| WHAT TO WORK ON |
Report every line of the records below that includes the string "Locations".

□ □ □ □ □

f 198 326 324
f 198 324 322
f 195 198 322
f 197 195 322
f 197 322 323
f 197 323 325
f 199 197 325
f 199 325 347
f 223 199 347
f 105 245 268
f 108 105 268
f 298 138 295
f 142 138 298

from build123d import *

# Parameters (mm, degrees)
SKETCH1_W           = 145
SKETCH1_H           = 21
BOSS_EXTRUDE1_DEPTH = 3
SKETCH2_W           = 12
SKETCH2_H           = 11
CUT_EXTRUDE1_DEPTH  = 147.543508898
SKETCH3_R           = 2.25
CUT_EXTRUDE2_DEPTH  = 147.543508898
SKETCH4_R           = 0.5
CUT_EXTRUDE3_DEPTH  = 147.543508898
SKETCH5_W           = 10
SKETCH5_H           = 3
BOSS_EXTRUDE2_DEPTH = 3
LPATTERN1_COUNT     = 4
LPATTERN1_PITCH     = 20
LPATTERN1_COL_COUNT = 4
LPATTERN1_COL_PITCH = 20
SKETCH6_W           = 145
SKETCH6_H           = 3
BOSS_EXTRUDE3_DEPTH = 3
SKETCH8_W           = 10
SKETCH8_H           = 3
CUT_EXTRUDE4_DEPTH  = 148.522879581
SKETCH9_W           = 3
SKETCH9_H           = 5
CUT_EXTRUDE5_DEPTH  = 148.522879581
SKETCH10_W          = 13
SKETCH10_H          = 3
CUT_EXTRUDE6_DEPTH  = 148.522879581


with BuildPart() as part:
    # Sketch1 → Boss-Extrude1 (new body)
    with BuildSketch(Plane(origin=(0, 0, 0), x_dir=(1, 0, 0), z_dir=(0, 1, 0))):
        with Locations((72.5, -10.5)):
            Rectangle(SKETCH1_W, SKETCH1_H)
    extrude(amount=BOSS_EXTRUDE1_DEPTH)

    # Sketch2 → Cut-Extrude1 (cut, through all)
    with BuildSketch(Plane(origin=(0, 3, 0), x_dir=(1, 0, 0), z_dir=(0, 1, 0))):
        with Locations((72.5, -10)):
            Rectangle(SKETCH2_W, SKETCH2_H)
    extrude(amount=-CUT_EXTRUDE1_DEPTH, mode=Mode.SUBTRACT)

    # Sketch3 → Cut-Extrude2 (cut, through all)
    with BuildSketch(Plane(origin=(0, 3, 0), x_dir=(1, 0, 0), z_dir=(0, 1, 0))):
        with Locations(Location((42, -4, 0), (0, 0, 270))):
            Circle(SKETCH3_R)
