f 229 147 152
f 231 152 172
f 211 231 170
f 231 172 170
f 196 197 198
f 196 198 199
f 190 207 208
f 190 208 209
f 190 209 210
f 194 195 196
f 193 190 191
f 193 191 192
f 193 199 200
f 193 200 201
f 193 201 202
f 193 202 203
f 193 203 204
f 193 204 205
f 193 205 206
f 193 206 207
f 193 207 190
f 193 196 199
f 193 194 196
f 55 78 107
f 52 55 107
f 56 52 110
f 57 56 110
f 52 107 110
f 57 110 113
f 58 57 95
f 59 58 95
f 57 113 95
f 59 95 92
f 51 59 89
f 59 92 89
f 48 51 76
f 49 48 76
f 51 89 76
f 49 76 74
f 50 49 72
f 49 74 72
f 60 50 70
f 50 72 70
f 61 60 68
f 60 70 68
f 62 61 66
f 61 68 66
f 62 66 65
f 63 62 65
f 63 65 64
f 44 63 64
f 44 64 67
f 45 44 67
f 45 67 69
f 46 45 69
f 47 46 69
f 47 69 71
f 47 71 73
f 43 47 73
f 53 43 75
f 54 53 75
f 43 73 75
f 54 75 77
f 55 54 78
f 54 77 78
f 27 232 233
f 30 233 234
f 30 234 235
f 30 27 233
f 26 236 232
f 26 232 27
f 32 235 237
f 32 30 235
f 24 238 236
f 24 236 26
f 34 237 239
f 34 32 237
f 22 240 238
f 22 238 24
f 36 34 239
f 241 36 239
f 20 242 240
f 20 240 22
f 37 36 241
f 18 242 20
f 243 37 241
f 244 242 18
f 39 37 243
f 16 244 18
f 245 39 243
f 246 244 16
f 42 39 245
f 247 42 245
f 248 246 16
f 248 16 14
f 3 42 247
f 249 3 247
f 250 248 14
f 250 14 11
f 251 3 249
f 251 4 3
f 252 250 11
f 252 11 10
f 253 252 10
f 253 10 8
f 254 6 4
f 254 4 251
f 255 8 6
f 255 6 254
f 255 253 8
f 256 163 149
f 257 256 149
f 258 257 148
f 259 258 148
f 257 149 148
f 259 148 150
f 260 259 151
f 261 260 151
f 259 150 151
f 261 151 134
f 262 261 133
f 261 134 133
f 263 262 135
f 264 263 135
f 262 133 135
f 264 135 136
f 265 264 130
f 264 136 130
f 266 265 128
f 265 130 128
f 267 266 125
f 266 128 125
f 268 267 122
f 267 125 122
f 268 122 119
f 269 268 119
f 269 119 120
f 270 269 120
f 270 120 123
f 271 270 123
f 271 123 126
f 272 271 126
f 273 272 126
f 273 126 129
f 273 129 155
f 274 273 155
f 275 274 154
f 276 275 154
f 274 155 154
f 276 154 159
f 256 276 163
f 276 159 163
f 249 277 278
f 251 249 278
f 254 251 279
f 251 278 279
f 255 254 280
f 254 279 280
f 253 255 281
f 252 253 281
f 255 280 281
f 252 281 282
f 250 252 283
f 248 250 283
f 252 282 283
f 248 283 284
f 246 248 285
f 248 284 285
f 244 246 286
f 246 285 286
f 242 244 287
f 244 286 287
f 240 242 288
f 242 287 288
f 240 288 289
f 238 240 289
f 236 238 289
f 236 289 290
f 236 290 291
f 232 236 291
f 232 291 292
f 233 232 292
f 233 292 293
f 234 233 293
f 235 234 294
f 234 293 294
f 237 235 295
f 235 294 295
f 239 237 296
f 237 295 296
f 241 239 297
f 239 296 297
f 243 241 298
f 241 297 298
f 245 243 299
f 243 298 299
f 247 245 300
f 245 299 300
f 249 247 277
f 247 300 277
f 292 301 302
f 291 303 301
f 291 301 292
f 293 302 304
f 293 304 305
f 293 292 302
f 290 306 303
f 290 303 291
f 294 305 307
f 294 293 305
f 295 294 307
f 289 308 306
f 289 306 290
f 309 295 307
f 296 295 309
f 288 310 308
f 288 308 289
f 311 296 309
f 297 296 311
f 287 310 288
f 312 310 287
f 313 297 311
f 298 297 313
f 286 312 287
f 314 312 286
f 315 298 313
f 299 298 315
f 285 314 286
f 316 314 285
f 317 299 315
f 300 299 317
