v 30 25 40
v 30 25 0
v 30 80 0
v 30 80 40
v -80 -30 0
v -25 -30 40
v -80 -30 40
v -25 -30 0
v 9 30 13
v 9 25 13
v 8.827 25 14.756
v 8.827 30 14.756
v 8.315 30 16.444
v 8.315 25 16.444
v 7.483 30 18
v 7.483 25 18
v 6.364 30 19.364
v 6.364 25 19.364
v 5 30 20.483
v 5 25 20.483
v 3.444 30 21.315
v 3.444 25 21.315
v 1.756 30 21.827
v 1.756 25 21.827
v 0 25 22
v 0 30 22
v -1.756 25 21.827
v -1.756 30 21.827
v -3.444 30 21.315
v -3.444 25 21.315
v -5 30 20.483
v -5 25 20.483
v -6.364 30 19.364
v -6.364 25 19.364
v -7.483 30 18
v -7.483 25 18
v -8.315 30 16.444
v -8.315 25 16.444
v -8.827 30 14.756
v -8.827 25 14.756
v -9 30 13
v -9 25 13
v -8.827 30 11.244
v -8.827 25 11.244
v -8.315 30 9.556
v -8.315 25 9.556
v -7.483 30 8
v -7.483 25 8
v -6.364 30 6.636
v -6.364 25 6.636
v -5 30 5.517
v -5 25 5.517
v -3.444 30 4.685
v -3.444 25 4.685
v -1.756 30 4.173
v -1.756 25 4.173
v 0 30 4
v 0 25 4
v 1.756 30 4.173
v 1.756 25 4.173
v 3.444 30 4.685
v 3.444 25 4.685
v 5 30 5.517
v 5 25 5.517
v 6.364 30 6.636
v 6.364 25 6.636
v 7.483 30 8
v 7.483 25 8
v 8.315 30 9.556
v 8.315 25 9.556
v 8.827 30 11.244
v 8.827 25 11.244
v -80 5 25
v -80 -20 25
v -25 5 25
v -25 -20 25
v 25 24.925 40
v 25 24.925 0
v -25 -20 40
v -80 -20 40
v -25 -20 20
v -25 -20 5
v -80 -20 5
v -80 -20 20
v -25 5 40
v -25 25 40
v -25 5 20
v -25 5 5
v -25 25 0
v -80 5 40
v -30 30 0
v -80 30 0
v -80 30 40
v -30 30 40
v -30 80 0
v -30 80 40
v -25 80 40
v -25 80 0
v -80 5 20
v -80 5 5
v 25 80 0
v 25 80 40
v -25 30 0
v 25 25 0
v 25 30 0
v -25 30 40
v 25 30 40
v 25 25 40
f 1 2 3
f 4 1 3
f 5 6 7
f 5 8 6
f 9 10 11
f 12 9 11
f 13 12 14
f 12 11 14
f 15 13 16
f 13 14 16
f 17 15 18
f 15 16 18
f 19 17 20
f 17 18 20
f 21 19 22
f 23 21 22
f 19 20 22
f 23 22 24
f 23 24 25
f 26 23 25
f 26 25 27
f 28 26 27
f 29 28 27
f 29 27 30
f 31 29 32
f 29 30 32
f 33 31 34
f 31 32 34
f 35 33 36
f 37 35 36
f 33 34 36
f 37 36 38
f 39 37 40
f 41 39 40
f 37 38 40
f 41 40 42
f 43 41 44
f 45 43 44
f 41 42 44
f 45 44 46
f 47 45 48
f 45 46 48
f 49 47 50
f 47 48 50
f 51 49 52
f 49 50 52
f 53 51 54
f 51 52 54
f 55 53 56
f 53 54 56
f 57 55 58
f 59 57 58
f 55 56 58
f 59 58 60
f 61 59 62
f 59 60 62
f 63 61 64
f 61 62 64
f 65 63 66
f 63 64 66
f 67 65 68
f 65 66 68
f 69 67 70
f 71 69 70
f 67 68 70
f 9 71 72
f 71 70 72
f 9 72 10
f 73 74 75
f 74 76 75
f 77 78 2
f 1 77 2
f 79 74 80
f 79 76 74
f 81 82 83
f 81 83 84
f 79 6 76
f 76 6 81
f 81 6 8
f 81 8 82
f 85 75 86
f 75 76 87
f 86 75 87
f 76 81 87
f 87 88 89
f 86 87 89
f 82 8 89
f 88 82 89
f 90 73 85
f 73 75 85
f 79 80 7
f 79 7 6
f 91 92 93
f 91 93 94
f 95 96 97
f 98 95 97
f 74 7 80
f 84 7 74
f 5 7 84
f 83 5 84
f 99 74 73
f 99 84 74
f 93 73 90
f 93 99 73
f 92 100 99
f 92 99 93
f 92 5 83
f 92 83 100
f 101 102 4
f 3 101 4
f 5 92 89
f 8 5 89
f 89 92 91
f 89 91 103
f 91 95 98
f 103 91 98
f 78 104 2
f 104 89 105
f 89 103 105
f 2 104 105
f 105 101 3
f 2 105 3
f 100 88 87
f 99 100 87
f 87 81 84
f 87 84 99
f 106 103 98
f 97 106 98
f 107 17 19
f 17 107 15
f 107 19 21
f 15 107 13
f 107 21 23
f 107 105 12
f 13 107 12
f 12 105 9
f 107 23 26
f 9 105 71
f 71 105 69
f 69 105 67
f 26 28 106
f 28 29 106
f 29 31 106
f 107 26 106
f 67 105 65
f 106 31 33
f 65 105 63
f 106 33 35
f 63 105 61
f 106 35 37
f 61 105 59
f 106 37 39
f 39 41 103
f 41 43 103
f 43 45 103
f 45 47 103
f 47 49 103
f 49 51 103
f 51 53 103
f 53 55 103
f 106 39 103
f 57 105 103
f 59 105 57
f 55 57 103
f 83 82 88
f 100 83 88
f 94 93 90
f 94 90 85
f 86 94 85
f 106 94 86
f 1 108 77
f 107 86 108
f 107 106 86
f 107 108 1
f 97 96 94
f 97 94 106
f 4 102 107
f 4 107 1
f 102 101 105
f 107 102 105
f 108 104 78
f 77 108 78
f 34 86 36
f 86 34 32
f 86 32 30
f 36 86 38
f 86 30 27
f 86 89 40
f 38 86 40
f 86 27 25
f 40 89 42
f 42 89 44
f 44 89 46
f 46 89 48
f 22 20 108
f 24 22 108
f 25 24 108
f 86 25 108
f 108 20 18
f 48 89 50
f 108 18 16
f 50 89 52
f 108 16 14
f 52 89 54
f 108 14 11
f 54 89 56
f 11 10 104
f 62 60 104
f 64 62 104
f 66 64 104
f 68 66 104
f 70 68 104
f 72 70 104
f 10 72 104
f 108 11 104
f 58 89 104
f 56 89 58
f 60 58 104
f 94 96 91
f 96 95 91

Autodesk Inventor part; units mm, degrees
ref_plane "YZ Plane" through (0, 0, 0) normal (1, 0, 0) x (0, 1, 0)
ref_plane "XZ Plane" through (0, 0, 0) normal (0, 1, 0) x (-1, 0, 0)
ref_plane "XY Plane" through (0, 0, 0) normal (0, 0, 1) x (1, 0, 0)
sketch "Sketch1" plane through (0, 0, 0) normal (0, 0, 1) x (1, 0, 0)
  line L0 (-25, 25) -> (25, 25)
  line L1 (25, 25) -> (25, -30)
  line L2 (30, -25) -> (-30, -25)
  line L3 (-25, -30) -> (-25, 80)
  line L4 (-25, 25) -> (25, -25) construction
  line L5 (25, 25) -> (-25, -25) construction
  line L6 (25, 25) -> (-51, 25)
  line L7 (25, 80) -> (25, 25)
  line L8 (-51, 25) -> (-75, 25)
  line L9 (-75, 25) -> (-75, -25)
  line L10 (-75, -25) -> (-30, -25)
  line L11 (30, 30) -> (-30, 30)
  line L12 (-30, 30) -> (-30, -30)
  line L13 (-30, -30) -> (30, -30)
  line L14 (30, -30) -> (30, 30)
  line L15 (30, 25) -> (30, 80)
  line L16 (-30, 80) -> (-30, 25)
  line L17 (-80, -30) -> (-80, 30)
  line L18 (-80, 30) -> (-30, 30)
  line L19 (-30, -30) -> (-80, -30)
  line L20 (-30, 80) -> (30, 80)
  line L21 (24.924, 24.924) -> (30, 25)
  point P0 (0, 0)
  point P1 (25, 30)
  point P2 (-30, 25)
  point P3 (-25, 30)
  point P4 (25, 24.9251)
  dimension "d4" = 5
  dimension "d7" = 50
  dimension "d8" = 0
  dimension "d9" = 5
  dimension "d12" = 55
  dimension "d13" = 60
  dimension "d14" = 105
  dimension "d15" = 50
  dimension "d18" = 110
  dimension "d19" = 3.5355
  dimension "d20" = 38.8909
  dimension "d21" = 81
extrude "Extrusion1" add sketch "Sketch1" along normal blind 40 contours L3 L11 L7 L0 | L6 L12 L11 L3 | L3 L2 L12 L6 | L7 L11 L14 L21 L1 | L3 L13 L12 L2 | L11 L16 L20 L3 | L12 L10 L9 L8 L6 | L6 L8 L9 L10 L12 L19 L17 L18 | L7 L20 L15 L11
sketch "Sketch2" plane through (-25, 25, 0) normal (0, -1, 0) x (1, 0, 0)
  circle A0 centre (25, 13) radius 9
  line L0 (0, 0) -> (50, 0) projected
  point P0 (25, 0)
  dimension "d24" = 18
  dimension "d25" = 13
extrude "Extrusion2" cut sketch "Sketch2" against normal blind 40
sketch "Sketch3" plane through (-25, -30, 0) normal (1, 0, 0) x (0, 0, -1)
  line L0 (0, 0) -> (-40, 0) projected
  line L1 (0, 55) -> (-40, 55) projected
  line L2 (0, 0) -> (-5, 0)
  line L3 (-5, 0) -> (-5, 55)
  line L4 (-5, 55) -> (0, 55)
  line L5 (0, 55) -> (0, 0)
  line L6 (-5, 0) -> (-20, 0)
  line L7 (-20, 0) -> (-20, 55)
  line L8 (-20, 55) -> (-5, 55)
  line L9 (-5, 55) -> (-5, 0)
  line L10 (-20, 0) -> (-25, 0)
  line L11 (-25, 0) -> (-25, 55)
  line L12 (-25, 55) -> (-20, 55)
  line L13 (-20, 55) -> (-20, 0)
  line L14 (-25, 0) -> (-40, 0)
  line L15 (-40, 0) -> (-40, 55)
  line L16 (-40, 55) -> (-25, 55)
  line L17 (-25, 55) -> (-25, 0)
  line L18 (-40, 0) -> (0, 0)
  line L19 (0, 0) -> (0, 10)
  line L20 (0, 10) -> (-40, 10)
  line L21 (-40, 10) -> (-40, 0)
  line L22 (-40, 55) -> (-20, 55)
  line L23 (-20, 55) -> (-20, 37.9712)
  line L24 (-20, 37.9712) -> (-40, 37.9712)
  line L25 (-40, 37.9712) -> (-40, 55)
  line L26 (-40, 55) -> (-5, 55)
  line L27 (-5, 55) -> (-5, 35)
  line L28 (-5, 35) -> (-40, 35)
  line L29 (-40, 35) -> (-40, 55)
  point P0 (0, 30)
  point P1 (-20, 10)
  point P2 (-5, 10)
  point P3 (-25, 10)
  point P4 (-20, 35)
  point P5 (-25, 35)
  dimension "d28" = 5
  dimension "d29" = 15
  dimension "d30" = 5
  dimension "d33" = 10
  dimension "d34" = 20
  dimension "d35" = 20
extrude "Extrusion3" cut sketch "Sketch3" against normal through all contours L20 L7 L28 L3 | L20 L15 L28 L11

□ □ □ □ □

| ANSWER SECTION |
        with Locations((72.5, -10.5)):
        with Locations((72.5, -10)):
        with Locations(Location((42, -4, 0), (0, 0, 270))):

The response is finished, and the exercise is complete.